====== Exercise data ======

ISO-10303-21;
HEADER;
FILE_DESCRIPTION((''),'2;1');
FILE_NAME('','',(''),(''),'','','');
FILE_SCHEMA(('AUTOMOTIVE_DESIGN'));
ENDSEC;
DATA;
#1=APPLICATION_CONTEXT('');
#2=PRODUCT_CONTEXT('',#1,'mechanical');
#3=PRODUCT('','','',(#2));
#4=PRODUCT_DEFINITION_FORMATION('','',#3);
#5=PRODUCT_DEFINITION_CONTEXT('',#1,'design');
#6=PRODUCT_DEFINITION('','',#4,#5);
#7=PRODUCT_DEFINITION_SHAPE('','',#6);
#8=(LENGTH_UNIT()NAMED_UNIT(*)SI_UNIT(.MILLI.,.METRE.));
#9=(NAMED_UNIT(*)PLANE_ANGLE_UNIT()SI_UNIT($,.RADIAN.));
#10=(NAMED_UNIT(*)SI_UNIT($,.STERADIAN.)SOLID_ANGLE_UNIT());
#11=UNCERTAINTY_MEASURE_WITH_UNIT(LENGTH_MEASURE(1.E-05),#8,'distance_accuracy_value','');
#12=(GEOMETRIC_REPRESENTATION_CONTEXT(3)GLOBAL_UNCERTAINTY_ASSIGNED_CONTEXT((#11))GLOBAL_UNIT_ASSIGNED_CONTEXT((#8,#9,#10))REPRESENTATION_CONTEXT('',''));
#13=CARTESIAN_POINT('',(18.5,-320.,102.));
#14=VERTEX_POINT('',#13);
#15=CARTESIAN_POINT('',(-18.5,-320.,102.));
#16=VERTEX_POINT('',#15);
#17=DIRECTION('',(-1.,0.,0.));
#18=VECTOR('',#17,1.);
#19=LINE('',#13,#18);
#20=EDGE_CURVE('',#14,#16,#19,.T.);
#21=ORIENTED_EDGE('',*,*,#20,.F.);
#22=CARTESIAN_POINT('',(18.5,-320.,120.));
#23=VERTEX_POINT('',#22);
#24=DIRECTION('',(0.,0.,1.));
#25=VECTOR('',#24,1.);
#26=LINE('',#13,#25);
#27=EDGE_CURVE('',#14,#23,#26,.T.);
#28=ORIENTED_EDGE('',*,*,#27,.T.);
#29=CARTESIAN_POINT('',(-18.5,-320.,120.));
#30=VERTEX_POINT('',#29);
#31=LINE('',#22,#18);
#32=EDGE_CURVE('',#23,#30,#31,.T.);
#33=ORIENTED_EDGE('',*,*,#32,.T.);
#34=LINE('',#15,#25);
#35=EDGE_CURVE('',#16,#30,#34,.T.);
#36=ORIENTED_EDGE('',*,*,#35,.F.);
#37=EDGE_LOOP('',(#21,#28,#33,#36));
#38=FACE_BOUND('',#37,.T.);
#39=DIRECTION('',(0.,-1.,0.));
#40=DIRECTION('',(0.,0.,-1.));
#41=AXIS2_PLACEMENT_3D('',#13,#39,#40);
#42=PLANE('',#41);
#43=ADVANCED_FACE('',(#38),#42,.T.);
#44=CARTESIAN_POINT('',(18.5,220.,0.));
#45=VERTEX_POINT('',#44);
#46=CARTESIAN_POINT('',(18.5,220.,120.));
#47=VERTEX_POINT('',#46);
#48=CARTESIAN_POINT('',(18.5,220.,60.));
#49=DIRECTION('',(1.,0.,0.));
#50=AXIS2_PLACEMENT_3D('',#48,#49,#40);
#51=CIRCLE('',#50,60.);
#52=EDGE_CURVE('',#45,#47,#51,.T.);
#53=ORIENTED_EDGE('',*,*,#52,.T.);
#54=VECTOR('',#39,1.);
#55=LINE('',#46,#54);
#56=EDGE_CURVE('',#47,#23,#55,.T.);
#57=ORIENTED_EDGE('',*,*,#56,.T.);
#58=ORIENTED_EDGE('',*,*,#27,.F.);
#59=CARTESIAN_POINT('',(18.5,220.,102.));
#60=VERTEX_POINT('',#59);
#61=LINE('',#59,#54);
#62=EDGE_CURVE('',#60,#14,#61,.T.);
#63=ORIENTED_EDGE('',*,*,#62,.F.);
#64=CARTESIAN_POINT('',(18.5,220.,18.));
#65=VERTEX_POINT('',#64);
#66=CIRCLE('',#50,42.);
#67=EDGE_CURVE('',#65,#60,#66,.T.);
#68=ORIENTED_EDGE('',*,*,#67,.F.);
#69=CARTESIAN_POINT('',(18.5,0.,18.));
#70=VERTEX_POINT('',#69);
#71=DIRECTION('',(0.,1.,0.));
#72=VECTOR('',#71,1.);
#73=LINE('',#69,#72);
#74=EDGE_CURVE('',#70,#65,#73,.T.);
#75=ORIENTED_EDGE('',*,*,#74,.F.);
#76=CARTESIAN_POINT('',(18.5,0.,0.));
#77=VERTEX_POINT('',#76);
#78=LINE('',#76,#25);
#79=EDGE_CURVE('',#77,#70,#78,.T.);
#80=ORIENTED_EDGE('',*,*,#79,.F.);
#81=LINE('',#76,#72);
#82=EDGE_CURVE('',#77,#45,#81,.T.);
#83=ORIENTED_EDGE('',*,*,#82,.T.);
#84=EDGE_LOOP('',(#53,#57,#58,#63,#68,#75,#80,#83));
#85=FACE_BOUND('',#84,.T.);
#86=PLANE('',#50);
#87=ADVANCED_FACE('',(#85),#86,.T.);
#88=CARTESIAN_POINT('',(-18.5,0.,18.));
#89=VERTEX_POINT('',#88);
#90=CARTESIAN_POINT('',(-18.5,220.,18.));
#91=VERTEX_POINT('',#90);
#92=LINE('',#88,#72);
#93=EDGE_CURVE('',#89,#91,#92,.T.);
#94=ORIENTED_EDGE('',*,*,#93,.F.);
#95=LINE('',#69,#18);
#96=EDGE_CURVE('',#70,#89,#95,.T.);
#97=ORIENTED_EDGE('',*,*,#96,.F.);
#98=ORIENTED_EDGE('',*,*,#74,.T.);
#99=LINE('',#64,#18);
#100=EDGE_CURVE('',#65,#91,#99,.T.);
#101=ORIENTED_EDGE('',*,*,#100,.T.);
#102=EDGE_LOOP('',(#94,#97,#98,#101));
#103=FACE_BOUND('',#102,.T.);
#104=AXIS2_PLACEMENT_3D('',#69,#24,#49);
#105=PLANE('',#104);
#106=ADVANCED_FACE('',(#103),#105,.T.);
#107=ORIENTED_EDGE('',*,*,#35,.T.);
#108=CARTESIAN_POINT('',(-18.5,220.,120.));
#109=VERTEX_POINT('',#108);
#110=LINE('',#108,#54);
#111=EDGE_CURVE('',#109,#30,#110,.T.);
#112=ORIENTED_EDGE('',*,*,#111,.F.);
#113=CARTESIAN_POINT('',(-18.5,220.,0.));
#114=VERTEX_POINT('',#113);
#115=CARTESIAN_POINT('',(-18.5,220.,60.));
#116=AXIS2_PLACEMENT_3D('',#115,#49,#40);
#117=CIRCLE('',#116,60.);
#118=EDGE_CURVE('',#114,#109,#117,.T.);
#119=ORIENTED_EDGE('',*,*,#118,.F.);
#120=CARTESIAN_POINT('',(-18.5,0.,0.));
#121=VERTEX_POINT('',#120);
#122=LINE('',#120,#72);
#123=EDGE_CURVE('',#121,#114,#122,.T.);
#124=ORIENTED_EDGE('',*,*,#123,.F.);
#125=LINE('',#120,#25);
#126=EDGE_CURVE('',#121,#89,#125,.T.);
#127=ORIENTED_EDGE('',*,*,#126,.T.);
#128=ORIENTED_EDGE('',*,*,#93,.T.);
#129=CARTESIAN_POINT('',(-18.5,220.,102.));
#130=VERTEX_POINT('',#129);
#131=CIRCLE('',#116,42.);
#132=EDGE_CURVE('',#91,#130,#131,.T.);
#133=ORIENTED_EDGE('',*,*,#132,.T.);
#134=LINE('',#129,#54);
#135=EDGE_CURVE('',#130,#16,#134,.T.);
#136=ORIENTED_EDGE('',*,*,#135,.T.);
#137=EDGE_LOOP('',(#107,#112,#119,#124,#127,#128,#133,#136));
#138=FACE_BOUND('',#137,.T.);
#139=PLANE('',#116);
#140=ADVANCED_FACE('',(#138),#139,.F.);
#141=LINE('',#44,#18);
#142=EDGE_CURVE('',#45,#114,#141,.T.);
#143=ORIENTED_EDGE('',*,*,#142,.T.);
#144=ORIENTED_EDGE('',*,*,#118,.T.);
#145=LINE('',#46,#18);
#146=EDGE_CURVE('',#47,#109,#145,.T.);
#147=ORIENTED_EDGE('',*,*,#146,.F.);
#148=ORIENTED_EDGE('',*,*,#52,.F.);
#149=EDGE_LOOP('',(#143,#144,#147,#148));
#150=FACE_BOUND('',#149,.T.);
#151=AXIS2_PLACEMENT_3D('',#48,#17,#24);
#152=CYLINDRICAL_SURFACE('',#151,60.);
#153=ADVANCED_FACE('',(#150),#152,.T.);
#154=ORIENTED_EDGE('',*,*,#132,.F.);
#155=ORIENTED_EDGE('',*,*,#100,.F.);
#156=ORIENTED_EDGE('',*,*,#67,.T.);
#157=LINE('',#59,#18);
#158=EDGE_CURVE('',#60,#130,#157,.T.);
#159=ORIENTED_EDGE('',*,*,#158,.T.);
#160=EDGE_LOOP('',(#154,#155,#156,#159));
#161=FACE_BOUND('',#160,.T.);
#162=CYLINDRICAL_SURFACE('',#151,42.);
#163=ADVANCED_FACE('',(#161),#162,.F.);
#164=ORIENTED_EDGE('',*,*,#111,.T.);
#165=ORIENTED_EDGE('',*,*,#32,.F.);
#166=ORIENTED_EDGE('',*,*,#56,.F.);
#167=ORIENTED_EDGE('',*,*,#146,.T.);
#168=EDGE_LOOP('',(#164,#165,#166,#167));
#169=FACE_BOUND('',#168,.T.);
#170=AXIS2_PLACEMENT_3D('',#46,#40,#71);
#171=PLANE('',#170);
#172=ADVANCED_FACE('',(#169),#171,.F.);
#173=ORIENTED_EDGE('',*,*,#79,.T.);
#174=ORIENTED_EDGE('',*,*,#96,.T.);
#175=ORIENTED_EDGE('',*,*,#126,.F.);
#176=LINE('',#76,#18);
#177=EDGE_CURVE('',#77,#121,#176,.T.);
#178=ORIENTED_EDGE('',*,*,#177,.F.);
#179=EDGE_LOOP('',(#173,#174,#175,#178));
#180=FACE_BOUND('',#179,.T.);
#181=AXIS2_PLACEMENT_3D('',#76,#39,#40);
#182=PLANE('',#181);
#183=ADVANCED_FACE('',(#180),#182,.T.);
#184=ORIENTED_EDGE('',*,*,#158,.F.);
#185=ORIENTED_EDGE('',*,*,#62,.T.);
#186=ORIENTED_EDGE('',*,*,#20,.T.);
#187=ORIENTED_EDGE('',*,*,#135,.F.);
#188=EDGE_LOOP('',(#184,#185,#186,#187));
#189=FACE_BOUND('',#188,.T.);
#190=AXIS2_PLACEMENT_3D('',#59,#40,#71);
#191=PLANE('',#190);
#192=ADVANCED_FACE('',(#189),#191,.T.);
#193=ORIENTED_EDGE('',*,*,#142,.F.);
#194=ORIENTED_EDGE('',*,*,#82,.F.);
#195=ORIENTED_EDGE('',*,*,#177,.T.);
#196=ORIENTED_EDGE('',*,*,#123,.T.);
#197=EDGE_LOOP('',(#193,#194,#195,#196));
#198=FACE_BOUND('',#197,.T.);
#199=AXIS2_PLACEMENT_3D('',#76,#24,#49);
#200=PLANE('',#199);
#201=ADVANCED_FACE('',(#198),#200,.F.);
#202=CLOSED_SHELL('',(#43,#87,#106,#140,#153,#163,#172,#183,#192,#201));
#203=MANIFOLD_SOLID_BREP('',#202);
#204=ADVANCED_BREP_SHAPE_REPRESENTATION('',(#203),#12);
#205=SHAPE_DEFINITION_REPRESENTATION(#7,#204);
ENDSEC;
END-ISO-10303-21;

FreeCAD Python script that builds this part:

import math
import FreeCAD as App
import Part
import Sketcher

V = App.Vector

doc = App.newDocument("Part")
body = doc.addObject("PartDesign::Body", "Body")

sketch1 = doc.addObject("Sketcher::SketchObject", "Sketch")
body.addObject(sketch1)
sketch1.AttachmentSupport = (doc.YZ_Plane, [""])
sketch1.MapMode = "FlatFace"
sketch1.addGeometry([
    Part.LineSegment(V(0, 0, 0), V(220, 0, 0)),
    Part.ArcOfCircle(Part.Circle(V(220, 60, 0), V(0, 0, 1), 60), math.radians(-90), math.radians(90)),
    Part.LineSegment(V(220, 120, 0), V(-320, 120, 0)),
    Part.LineSegment(V(-320, 120, 0), V(-320, 102, 0)),
    Part.LineSegment(V(-320, 102, 0), V(220, 102, 0)),
    Part.ArcOfCircle(Part.Circle(V(220, 60, 0), V(0, 0, 1), 42), math.radians(-90), math.radians(90)),
    Part.LineSegment(V(220, 18, 0), V(0, 18, 0)),
    Part.LineSegment(V(0, 18, 0), V(0, 0, 0)),
], False)
sketch1.addConstraint([
    Sketcher.Constraint("Tangent", 0, 2, 1, 1),
    Sketcher.Constraint("Tangent", 1, 2, 2, 1),
    Sketcher.Constraint("Coincident", 2, 2, 3, 1),
    Sketcher.Constraint("Coincident", 3, 2, 4, 1),
    Sketcher.Constraint("Tangent", 4, 2, 5, 2),
    Sketcher.Constraint("Tangent", 5, 1, 6, 1),
    Sketcher.Constraint("Coincident", 6, 2, 7, 1),
    Sketcher.Constraint("Coincident", 7, 2, 0, 1),
    Sketcher.Constraint("Horizontal", 0),
    Sketcher.Constraint("Horizontal", 2),
    Sketcher.Constraint("Vertical", 3),
    Sketcher.Constraint("Horizontal", 4),
    Sketcher.Constraint("Horizontal", 6),
    Sketcher.Constraint("Vertical", 7),
    Sketcher.Constraint("Coincident", 7, 2, -1, 1),
    Sketcher.Constraint("Coincident", 5, 3, 1, 3),
    Sketcher.Constraint("Radius", 1, 60.0),
    Sketcher.Constraint("Radius", 5, 42.0),
    Sketcher.Constraint("DistanceX", 0, 1, 0, 2, 220.0),
    Sketcher.Constraint("DistanceX", 2, 2, 2, 1, 540.0),
])
pad1 = doc.addObject("PartDesign::Pad", "Pad")
body.addObject(pad1)
pad1.Profile = sketch1
pad1.Length = 37
pad1.Midplane = True

doc.recompute()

======

Directions for this task: In the listing above, find the line containing "#46=CARTESIAN_POINT('',(18.5,220.,120.));" and the line containing "#58=ORIENTED_EDGE('',*,*,#27,.F.);", then quote both, plus every line between them, exactly as written.

Answer space:
#46=CARTESIAN_POINT('',(18.5,220.,120.));
#47=VERTEX_POINT('',#46);
#48=CARTESIAN_POINT('',(18.5,220.,60.));
#49=DIRECTION('',(1.,0.,0.));
#50=AXIS2_PLACEMENT_3D('',#48,#49,#40);
#51=CIRCLE('',#50,60.);
#52=EDGE_CURVE('',#45,#47,#51,.T.);
#53=ORIENTED_EDGE('',*,*,#52,.T.);
#54=VECTOR('',#39,1.);
#55=LINE('',#46,#54);
#56=EDGE_CURVE('',#47,#23,#55,.T.);
#57=ORIENTED_EDGE('',*,*,#56,.T.);
#58=ORIENTED_EDGE('',*,*,#27,.F.);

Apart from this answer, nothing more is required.